I find myself now perched on a wall between two ends of the table. Between those who are unwilling to sacrifice even one life standing before them, and those who are concerned primarily with the continued ability to treat malaria effectively. I am determined to find a way to meet the interests of both parties, to honor the lives on either side of this wall, but at the moment, all I can feel is the very tenuous nature of my perch, on a wall that feel very narrow, swathed in barbed wire and studded with broken bottles, death, useless death from a preventable, treatable disease, waiting on either side. In all my studies of bioethics, of finding arguments to line up in defense on either side of an issue of life and death, I always felt a sense of remove. Sitting here now feels, perhaps, a little too real.

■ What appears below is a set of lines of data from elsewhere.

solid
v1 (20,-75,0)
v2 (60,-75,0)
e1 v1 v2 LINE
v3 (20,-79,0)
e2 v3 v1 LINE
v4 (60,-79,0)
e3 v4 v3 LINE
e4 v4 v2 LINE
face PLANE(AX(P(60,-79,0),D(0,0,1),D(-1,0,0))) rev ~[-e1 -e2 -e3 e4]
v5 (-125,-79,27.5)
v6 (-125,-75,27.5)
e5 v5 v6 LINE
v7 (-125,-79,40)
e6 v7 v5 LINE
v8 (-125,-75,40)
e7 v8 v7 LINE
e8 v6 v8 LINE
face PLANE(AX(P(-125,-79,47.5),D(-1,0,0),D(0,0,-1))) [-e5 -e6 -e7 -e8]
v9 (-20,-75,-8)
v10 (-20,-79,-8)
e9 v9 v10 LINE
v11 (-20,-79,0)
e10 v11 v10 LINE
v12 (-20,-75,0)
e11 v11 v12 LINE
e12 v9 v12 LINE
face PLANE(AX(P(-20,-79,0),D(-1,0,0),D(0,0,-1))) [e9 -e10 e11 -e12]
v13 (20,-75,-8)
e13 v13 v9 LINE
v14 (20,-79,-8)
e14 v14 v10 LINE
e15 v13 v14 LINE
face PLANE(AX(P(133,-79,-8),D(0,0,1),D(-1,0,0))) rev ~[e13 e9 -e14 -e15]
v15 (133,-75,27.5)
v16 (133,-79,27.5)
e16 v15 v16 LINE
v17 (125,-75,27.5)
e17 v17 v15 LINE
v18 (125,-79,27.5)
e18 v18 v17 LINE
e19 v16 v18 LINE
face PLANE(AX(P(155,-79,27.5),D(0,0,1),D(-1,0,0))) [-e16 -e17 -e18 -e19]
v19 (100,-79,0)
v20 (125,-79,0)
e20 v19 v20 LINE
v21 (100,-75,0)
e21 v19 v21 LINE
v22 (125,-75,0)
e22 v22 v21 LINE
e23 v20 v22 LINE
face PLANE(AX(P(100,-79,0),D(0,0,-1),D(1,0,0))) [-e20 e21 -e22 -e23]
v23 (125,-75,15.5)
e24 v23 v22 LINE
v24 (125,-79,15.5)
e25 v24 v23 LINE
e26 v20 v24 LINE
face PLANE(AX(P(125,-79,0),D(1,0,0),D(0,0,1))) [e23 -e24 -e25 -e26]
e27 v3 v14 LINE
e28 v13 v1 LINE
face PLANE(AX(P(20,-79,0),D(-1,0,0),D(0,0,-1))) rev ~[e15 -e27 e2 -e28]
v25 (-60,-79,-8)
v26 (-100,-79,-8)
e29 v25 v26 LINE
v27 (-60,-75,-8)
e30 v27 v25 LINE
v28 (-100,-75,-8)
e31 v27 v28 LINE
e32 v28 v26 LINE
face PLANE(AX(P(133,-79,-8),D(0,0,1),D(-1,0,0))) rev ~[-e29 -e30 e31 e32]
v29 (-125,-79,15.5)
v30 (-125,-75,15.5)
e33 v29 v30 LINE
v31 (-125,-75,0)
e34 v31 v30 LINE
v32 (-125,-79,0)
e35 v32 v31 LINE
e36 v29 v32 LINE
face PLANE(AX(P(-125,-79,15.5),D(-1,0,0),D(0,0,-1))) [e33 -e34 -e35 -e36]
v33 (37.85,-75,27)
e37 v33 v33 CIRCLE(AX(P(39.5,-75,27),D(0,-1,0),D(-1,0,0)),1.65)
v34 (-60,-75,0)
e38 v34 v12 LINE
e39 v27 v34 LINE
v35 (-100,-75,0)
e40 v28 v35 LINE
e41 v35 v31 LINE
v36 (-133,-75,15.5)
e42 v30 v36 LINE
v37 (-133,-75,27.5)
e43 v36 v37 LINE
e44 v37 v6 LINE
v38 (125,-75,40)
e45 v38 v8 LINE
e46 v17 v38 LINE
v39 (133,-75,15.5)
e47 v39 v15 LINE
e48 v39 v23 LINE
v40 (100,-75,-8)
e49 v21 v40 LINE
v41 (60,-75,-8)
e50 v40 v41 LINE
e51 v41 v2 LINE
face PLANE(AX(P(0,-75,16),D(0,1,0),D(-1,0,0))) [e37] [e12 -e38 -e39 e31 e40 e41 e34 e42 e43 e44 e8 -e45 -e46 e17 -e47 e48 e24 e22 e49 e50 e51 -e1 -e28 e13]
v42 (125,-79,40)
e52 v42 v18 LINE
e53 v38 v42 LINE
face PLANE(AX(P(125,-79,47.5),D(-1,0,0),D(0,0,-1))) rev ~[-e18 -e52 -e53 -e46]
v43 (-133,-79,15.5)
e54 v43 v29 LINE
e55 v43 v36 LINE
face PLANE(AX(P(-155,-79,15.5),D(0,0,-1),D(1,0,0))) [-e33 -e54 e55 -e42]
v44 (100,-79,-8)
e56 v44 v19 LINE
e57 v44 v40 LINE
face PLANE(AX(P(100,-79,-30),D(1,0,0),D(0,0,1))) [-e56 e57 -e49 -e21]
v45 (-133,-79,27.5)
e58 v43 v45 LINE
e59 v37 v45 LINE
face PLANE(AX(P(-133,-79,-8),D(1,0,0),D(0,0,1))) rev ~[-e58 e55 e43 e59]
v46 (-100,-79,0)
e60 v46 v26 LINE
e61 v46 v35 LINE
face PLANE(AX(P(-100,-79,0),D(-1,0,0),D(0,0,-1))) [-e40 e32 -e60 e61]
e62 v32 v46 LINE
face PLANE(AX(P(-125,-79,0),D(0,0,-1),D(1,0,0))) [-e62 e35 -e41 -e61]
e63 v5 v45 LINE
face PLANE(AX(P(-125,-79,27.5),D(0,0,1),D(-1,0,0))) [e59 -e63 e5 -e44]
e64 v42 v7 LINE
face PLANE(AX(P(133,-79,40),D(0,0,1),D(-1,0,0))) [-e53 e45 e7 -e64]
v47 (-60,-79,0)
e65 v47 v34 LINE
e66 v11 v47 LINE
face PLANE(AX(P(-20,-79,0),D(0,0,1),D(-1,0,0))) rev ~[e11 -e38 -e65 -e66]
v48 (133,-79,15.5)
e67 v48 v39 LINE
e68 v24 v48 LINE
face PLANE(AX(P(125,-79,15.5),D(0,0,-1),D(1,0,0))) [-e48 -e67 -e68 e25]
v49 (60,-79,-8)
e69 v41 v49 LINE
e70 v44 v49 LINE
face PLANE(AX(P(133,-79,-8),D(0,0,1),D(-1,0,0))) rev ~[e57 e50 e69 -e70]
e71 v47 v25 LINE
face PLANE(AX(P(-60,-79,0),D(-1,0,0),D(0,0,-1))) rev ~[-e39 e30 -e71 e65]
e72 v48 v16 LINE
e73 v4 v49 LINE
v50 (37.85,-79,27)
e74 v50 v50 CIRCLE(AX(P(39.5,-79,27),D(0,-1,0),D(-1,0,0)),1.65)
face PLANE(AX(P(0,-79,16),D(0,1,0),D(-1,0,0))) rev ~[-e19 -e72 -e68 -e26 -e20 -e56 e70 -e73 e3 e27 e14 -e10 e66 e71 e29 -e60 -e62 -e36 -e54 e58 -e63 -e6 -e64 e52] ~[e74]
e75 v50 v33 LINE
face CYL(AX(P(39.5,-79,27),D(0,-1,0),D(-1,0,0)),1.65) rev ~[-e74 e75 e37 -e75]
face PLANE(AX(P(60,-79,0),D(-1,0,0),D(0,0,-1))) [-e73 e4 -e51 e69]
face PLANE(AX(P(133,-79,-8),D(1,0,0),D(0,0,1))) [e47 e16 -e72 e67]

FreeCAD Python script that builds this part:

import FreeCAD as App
import Part
import Sketcher
from FreeCAD import Vector
Q = App.Units.Quantity

doc = App.newDocument("Part")
body = doc.addObject("PartDesign::Body", "Body")

# Sketch on XZ plane
sketch1 = doc.addObject("Sketcher::SketchObject", "Sketch")
body.addObject(sketch1)
sketch1.AttachmentSupport = (doc.XZ_Plane, [""])
sketch1.MapMode = "FlatFace"
sketch1.AttachmentOffset = App.Placement(Vector(0, 0, 79), App.Rotation())
sketch1.addGeometry([
    Part.LineSegment(Vector(133, 40, 0), Vector(133, -8, 0)),
    Part.LineSegment(Vector(133, -8, 0), Vector(-133, -8, 0)),
    Part.LineSegment(Vector(-133, -8, 0), Vector(-133, 40, 0)),
    Part.LineSegment(Vector(-133, 40, 0), Vector(133, 40, 0)),
], False)
sketch1.addConstraint([
    Sketcher.Constraint("Coincident", 0, 2, 1, 1),
    Sketcher.Constraint("Coincident", 1, 2, 2, 1),
    Sketcher.Constraint("Coincident", 2, 2, 3, 1),
    Sketcher.Constraint("Coincident", 3, 2, 0, 1),
    Sketcher.Constraint("Vertical", 0),
    Sketcher.Constraint("Horizontal", 1),
    Sketcher.Constraint("Vertical", 2),
    Sketcher.Constraint("Horizontal", 3),
    Sketcher.Constraint("DistanceX", 1, 2, 1, 1, Q("266 mm")),
    Sketcher.Constraint("DistanceY", 0, 2, 0, 1, Q("48 mm")),
    Sketcher.Constraint("DistanceX", -1, 1, 0, 2, Q("133 mm")),
    Sketcher.Constraint("DistanceY", 0, 2, -1, 1, Q("8 mm")),
])
pad1 = doc.addObject("PartDesign::Pad", "Pad")
body.addObject(pad1)
pad1.Profile = sketch1
pad1.Length = 4
pad1.Reversed = True

# Sketch on XZ plane
sketch2 = doc.addObject("Sketcher::SketchObject", "Sketch001")
body.addObject(sketch2)
sketch2.AttachmentSupport = (doc.XZ_Plane, [""])
sketch2.MapMode = "FlatFace"
sketch2.AttachmentOffset = App.Placement(Vector(0, 0, 79), App.Rotation())
sketch2.addGeometry([
    Part.LineSegment(Vector(100, -30, 0), Vector(145, -30, 0)),  # 0
    Part.LineSegment(Vector(145, -30, 0), Vector(145, -4, 0)),  # 1
    Part.LineSegment(Vector(145, -4, 0), Vector(155, -4, 0)),  # 2
    Part.LineSegment(Vector(155, -4, 0), Vector(155, 16, 0)),  # 3
    Part.LineSegment(Vector(155, 16, 0), Vector(125, 16, 0)),  # 4
    Part.LineSegment(Vector(125, 16, 0), Vector(125, 0, 0)),  # 5
    Part.LineSegment(Vector(125, 0, 0), Vector(100, 0, 0)),  # 6
    Part.LineSegment(Vector(100, 0, 0), Vector(100, -30, 0)),  # 7
    Part.LineSegment(Vector(60, -30, 0), Vector(60, 0, 0)),  # 8
    Part.LineSegment(Vector(60, 0, 0), Vector(20, 0, 0)),  # 9
    Part.LineSegment(Vector(20, 0, 0), Vector(20, -30, 0)),  # 10
    Part.LineSegment(Vector(20, -30, 0), Vector(60, -30, 0)),  # 11
    Part.LineSegment(Vector(-20, -30, 0), Vector(-20, 0, 0)),  # 12
    Part.LineSegment(Vector(-20, 0, 0), Vector(-60, 0, 0)),  # 13
    Part.LineSegment(Vector(-60, 0, 0), Vector(-60, -30, 0)),  # 14
    Part.LineSegment(Vector(-60, -30, 0), Vector(-20, -30, 0)),  # 15
    Part.LineSegment(Vector(-145, -30, 0), Vector(-100, -30, 0)),  # 16
    Part.LineSegment(Vector(-100, -30, 0), Vector(-100, 0, 0)),  # 17
    Part.LineSegment(Vector(-100, 0, 0), Vector(-125, 0, 0)),  # 18
    Part.LineSegment(Vector(-125, 0, 0), Vector(-125, 16, 0)),  # 19
    Part.LineSegment(Vector(-125, 16, 0), Vector(-155, 16, 0)),  # 20
    Part.LineSegment(Vector(-155, 16, 0), Vector(-155, -4, 0)),  # 21
    Part.LineSegment(Vector(-155, -4, 0), Vector(-145, -4, 0)),  # 22
    Part.LineSegment(Vector(-145, -4, 0), Vector(-145, -30, 0)),  # 23
    Part.LineSegment(Vector(155, 28, 0), Vector(155, 48, 0)),  # 24
    Part.LineSegment(Vector(155, 48, 0), Vector(125, 48, 0)),  # 25
    Part.LineSegment(Vector(125, 48, 0), Vector(125, 28, 0)),  # 26
    Part.LineSegment(Vector(125, 28, 0), Vector(155, 28, 0)),  # 27
    Part.LineSegment(Vector(-125, 28, 0), Vector(-125, 48, 0)),  # 28
    Part.LineSegment(Vector(-125, 48, 0), Vector(-155, 48, 0)),  # 29
    Part.LineSegment(Vector(-155, 48, 0), Vector(-155, 28, 0)),  # 30
    Part.LineSegment(Vector(-155, 28, 0), Vector(-125, 28, 0)),  # 31
], False)
sketch2.addConstraint([
    Sketcher.Constraint("Coincident", 0, 2, 1, 1),
    Sketcher.Constraint("Coincident", 1, 2, 2, 1),
    Sketcher.Constraint("Coincident", 2, 2, 3, 1),
    Sketcher.Constraint("Coincident", 3, 2, 4, 1),
    Sketcher.Constraint("Coincident", 4, 2, 5, 1),
    Sketcher.Constraint("Coincident", 5, 2, 6, 1),
    Sketcher.Constraint("Coincident", 6, 2, 7, 1),
    Sketcher.Constraint("Coincident", 7, 2, 0, 1),
    Sketcher.Constraint("Coincident", 8, 2, 9, 1),
    Sketcher.Constraint("Coincident", 9, 2, 10, 1),
    Sketcher.Constraint("Coincident", 10, 2, 11, 1),
    Sketcher.Constraint("Coincident", 11, 2, 8, 1),
    Sketcher.Constraint("Coincident", 12, 2, 13, 1),
    Sketcher.Constraint("Coincident", 13, 2, 14, 1),
    Sketcher.Constraint("Coincident", 14, 2, 15, 1),
    Sketcher.Constraint("Coincident", 15, 2, 12, 1),
    Sketcher.Constraint("Coincident", 16, 2, 17, 1),
    Sketcher.Constraint("Coincident", 17, 2, 18, 1),
    Sketcher.Constraint("Coincident", 18, 2, 19, 1),
    Sketcher.Constraint("Coincident", 19, 2, 20, 1),
    Sketcher.Constraint("Coincident", 20, 2, 21, 1),
    Sketcher.Constraint("Coincident", 21, 2, 22, 1),
    Sketcher.Constraint("Coincident", 22, 2, 23, 1),
    Sketcher.Constraint("Coincident", 23, 2, 16, 1),
    Sketcher.Constraint("Coincident", 24, 2, 25, 1),
    Sketcher.Constraint("Coincident", 25, 2, 26, 1),
    Sketcher.Constraint("Coincident", 26, 2, 27, 1),
    Sketcher.Constraint("Coincident", 27, 2, 24, 1),
    Sketcher.Constraint("Coincident", 28, 2, 29, 1),
    Sketcher.Constraint("Coincident", 29, 2, 30, 1),
    Sketcher.Constraint("Coincident", 30, 2, 31, 1),
    Sketcher.Constraint("Coincident", 31, 2, 28, 1),
    Sketcher.Constraint("Horizontal", 0),
    Sketcher.Constraint("Vertical", 1),
    Sketcher.Constraint("Horizontal", 2),
    Sketcher.Constraint("Vertical", 3),
    Sketcher.Constraint("Horizontal", 4),
    Sketcher.Constraint("Vertical", 5),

I know this isn't my decision, or my problem alone. But neither is it a dilemma I can ignore. I can't help feeling nearly crushed by the desperateness of a situation like this. And that, at this moment, its my obligation to see what I can do here, for these few lives, in this small portion of a small country in this small corner of the world.
Really, the solution is to end the conflict in Eastern Burma, and help establish a Burmese government that sees health care, even for its ethnic minorities, as a priority worth investing in. In the meantime, we need to find a way to honor both the person standing in front of us with malaria, and the one who will require treatment tomorrow.
Frankly, treating a person standing before you is immensely more gratifying than seeing the small ripple your immense energies in public health can create. It is tempting to abandon hopes of having a larger impact, and committ oneself to the only meaningful impact you can be sure to have: on one life at a time as they stand before you. Treating someone's illness, or even helping them die with dignity, witnessing to their life, and promising that they will not die forgotten, that is real, and meaningful.
I don't know what the answer is. But I will participate in trying to find an answer. To find some workable solution, thought it be a very delicate balance.